Если я никогда не был в единстве со своими спутниками, если оставался среди них одинок и потому мог так страдать, то на это имелась причина. Я был забулдыгой и зубоскалом во вкусе самых грубых своих собратьев, я выказывал остроумие и храбрость в своих мыслях и речах об учителях, школе, родителях, церкви, – я не смущался и от непристойностей и сам иной раз решался на них, – но я никогда не участвовал в походах моих собутыльников к девицам, я пребывал в одиночестве и жгучей тоске по любви, в безнадежной тоске, хотя своими речами производил впечатление прожженного бонвивана. Никто не был ранимее, никто не был стыдливей меня. И когда я поглядывал на проходящих мещаночек, красивых и опрятных, светлых и привлекательных, они представали мне чудесными, чистыми видениями, слишком прекрасными и чистыми для меня. На какое-то время я перестал даже заходить в писчебумажную лавку госпожи Ягельт, потому что краснел, взглянув на нее, и думал о том, что рассказал мне о ней Альфонс Бек.
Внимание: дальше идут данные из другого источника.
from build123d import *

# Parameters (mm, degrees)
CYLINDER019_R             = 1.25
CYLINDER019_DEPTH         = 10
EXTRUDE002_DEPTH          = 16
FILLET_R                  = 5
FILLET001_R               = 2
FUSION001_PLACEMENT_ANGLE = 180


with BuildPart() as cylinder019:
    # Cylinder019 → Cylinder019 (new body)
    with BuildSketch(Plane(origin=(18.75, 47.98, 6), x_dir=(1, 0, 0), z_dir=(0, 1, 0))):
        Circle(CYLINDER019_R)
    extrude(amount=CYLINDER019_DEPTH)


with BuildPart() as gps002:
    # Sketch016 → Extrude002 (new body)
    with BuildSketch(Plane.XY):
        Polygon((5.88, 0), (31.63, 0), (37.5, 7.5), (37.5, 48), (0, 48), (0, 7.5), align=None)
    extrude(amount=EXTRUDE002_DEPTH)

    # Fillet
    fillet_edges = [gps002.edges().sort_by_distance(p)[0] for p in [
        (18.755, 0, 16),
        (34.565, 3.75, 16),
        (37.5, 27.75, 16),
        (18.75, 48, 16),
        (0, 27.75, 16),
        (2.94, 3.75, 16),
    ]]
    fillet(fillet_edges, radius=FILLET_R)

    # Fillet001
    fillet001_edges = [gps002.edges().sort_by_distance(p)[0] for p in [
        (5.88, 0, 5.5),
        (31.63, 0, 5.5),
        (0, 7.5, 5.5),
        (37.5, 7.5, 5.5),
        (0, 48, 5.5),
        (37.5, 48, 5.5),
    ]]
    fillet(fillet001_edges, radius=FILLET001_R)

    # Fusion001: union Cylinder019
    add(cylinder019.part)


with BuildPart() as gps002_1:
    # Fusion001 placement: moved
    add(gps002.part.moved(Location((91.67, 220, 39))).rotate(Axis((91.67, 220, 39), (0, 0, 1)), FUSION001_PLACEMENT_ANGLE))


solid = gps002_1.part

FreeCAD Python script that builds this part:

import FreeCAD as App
import Part
import Sketcher

V = App.Vector
Q = App.Units.Quantity


def edges_at(feature, points):
    """Names of the edges that pass closest to the given points."""
    edges = feature.Shape.Edges
    near = lambda p: min(range(len(edges)), key=lambda i: edges[i].distToShape(Part.Vertex(*p))[0])
    return sorted({f"Edge{near(p) + 1}" for p in points})


def add_polygon(sketch, points):
    """Adds a closed chain of lines whose ends are joined by coincident constraints."""
    first, n = sketch.GeometryCount, len(points)
    for a, b in zip(points, points[1:] + points[:1]):
        sketch.addGeometry(Part.LineSegment(App.Vector(*a, 0), App.Vector(*b, 0)), False)
    for i in range(n):
        sketch.addConstraint(Sketcher.Constraint("Coincident", first + i, 2, first + (i + 1) % n, 1))

doc = App.newDocument("Part")
body = doc.addObject("PartDesign::Body", "Body")

# Sketch on XZ plane
sketch1 = doc.addObject("Sketcher::SketchObject", "Sketch")
body.addObject(sketch1)
sketch1.AttachmentSupport = (doc.XZ_Plane, [""])
sketch1.MapMode = "FlatFace"
sketch1.AttachmentOffset = App.Placement(V(0, 0, -47.98), App.Rotation())
sketch1.addGeometry(Part.Circle(V(18.8, 6, 0), V(0, 0, 1), 1.2), False)
sketch1.addConstraint([
    Sketcher.Constraint("Diameter", 0, Q("2.5 mm")),
    Sketcher.Constraint("DistanceY", -1, 1, 0, 3, Q("6 mm")),
    Sketcher.Constraint("DistanceX", -1, 1, 0, 3, Q("18.75 mm")),
])
pad1 = doc.addObject("PartDesign::Pad", "Pad")
body.addObject(pad1)
pad1.Profile = sketch1
pad1.Length = 10
pad1.Reversed = True
body2 = doc.addObject("PartDesign::Body", "Body001")

# Sketch on XY plane
sketch2 = doc.addObject("Sketcher::SketchObject", "Sketch001")
body2.addObject(sketch2)
sketch2.AttachmentSupport = (doc.getObject("XY_Plane001"), [""])
sketch2.MapMode = "FlatFace"
add_polygon(sketch2, [(6, 0), (32, 0), (38, 8), (38, 48), (0, 48), (0, 8)])  # lines 0-5
sketch2.addConstraint([
    Sketcher.Constraint("Horizontal", 0),
    Sketcher.Constraint("Vertical", 2),
    Sketcher.Constraint("Horizontal", 3),
    Sketcher.Constraint("Vertical", 4),
    Sketcher.Constraint("PointOnObject", 0, 2, -1),
    Sketcher.Constraint("PointOnObject", 3, 2, -2),
    Sketcher.Constraint("Horizontal", 1, 2, 4, 2),
    Sketcher.Constraint("DistanceX", 3, 2, 3, 1, Q("37.5 mm")),
    Sketcher.Constraint("DistanceY", 2, 1, 2, 2, Q("40.5 mm")),
    Sketcher.Constraint("DistanceY", -1, 1, 2, 2, Q("48 mm")),
    Sketcher.Constraint("DistanceX", 0, 1, 0, 2, Q("25.75 mm")),
    Sketcher.Constraint("DistanceX", -1, 1, 0, 2, Q("31.63 mm")),
])
pad2 = doc.addObject("PartDesign::Pad", "Pad001")
body2.addObject(pad2)
pad2.Profile = sketch2
pad2.Length = 16
doc.recompute()

fillet = doc.addObject("PartDesign::Fillet", "Fillet")
body2.addObject(fillet)
fillet.Base = (pad2, edges_at(pad2, [
    (18.755, 0, 16),
    (34.565, 3.75, 16),
    (37.5, 27.75, 16),
    (18.75, 48, 16),
    (0, 27.75, 16),
    (2.94, 3.75, 16),
]))
fillet.Radius = 5
doc.recompute()

fillet2 = doc.addObject("PartDesign::Fillet", "Fillet001")
body2.addObject(fillet2)
fillet2.Base = (fillet, edges_at(fillet, [
    (5.88, 0, 5.5),
    (31.63, 0, 5.5),
    (0, 7.5, 5.5),
    (37.5, 7.5, 5.5),
    (0, 48, 5.5),
    (37.5, 48, 5.5),
]))
fillet2.Radius = 2
doc.recompute()

boolean = doc.addObject("PartDesign::Boolean", "Boolean")
body2.addObject(boolean)
boolean.Type = "Fuse"
boolean.addObjects([body])
body3 = doc.addObject("PartDesign::Body", "Body002")
doc.recompute()

body2.Placement = App.Placement(V(91.67, 220, 39), App.Rotation(V(0, 0, 1), 180))
boolean2 = doc.addObject("PartDesign::Boolean", "Boolean001")
body3.addObject(boolean2)
boolean2.Type = "Fuse"
boolean2.addObjects([body2])

doc.recompute()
Чем больше и в новом своем обществе чувствовал я себя теперь одиноким и не таким, как другие, тем меньше освобождался я от него. Право, не помню уж, доставляли ли мне действительно удовольствие пьянство и бахвальство, да и пить я так и не привык настолько, чтобы не чувствовать каждый раз неприятных последствий. Все шло как бы по необходимости. Я поступал, как должен был поступать, потому что иначе не знал, что мне делать с собой. Я страшился долгого одиночества, боялся всяких приступов нежности, стыдливости, искренности, к которым всегда чувствовал склонность, боялся нежно-любовных мыслей, так часто у меня появлявшихся.
Одного недоставало мне больше всего – друга. Было два-три одноклассника, видеть которых мне было очень приятно. Но они принадлежали к числу порядочных учеников, а мои пороки давно уже не были ни для кого тайной. Они избегали меня. Я слыл у всех отпетым игроком, у которого почва уходит из-под ног. Учителя многое знали обо мне, меня не раз строго наказывали, все ждали, что меня в конце концов исключат из школы. Я и сам это знал, я давно не был хорошим учеником, а как-то изворачивался и жульничал с чувством, что долго это не может продлиться.